Status Siaga Karhutla Ditetapkan, BPBD Banjarbaru Pastikan Kondisi Terkendali Meski Puluhan Hektare Lahan Terbakar
- Jul 28, 2025
- Muhammad Maiji Alfu'an
BANJARBARU – Menghadapi musim kemarau, Badan Penanggulangan Bencana Daerah (BPBD) Kota Banjarbaru telah menetapkan status siaga kebakaran hutan dan lahan (karhutla) sejak Mei 2025. Meskipun Banjarbaru masih mengalami "kemarau basah," data per Senin (21/7/2025) menunjukkan bahwa sudah terjadi 21 kali kejadian karhutla dengan total 23,2 hektare lahan terbakar.
Kepala Pelaksana BPBD Banjarbaru, Zaini Syahranie, memastikan bahwa situasi karhutla di Kota Banjarbaru masih dalam keadaan aman dan dapat dikendalikan.

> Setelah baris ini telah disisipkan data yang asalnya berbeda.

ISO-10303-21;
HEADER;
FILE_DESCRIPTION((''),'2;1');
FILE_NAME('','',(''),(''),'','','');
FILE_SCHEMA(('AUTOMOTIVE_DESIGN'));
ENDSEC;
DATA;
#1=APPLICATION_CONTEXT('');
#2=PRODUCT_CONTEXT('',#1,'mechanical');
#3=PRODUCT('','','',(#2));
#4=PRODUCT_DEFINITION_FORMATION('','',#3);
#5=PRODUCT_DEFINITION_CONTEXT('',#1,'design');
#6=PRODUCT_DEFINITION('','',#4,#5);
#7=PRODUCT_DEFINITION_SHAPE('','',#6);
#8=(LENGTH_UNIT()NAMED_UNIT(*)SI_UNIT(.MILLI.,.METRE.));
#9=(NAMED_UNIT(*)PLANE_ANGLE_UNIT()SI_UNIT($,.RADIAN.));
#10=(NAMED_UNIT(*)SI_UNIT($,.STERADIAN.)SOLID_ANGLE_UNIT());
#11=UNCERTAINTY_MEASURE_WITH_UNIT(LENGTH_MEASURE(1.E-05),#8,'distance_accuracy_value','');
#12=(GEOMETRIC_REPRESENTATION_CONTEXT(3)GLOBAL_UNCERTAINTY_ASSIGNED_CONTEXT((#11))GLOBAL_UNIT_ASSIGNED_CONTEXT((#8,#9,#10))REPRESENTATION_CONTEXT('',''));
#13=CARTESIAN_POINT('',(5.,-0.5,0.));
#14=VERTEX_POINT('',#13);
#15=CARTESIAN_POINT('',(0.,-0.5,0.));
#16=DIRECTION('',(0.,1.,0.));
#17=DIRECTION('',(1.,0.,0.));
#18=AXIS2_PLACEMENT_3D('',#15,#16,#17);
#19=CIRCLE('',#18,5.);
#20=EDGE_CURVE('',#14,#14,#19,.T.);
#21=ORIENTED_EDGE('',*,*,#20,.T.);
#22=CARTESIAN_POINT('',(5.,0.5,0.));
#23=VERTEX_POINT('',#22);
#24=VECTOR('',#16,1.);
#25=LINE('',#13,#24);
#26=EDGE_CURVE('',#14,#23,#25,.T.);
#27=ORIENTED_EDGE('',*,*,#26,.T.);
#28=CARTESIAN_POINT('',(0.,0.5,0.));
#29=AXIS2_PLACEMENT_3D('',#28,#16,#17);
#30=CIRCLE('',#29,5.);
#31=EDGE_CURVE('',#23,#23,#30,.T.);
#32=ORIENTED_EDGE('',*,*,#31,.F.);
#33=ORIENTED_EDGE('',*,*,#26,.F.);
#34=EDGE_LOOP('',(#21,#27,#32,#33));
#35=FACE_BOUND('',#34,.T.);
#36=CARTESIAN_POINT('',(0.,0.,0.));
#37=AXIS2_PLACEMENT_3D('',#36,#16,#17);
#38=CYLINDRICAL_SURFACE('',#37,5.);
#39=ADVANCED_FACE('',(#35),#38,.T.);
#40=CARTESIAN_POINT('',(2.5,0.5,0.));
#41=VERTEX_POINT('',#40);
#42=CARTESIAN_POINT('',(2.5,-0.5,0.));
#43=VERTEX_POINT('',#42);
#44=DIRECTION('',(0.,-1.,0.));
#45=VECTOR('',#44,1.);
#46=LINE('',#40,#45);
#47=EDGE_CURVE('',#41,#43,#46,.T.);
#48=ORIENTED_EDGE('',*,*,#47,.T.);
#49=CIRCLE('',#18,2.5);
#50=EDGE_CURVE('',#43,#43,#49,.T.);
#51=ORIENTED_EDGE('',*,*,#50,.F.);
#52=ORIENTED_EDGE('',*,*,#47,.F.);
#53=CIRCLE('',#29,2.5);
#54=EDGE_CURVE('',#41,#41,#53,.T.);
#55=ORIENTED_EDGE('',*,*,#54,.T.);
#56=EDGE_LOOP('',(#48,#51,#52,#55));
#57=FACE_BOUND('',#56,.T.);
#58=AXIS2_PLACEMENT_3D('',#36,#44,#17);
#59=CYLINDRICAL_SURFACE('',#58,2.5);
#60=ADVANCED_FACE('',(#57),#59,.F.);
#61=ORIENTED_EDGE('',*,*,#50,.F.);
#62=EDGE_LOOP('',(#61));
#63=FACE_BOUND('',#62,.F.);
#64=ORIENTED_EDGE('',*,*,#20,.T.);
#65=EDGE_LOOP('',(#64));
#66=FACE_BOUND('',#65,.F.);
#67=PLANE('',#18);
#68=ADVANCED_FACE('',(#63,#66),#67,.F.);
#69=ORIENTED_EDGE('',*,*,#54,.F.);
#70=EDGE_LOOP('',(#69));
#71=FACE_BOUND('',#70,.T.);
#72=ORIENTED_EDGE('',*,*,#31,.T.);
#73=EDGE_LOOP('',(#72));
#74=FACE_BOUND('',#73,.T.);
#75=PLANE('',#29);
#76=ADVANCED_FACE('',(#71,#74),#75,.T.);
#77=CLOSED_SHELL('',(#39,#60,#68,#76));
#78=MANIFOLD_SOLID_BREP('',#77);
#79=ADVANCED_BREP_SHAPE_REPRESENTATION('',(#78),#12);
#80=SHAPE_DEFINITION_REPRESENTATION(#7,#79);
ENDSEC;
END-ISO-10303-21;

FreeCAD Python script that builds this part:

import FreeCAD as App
import Part
import Sketcher

V = App.Vector
Q = App.Units.Quantity

doc = App.newDocument("Part")
body = doc.addObject("PartDesign::Body", "Body")

sketch1 = body.newObject("Sketcher::SketchObject", "Sketch")
sketch1.AttachmentSupport = (doc.getObject("XZ_Plane"), [""])
sketch1.MapMode = "FlatFace"
sketch1.addGeometry([
    Part.Circle(V(0, 0, 0), V(0, 0, 1), 5),
    Part.Circle(V(0, 0, 0), V(0, 0, 1), 2.5),
], False)
sketch1.addConstraint([
    Sketcher.Constraint("Coincident", 0, 3, -1, 1),
    Sketcher.Constraint("Coincident", 1, 3, -1, 1),
    Sketcher.Constraint("Diameter", 0, Q("10 mm")),
    Sketcher.Constraint("Diameter", 1, Q("5 mm")),
])
pad1 = body.newObject("PartDesign::Pad", "Pad")
pad1.Profile = sketch1
pad1.Length = 1
pad1.Midplane = True

doc.recompute()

Dari total lahan yang terbakar, BPBD telah berhasil memadamkan seluas 8,03 hektare.
"Kami sudah mendirikan posko induk bersama TNI-Polri, setiap hari kami melakukan patroli baik di titik-titik rawan bencana," ucap Zaini Syahranie.
Wilayah Kecamatan Landasan Ulin menjadi perhatian serius Pemerintah Kota Banjarbaru, dengan mencatat 17 kali kejadian karhutla dari total keseluruhan. Lokasi ini semakin menjadi atensi mengingat Bandara Internasional Syamsudin Noor berada di kecamatan tersebut.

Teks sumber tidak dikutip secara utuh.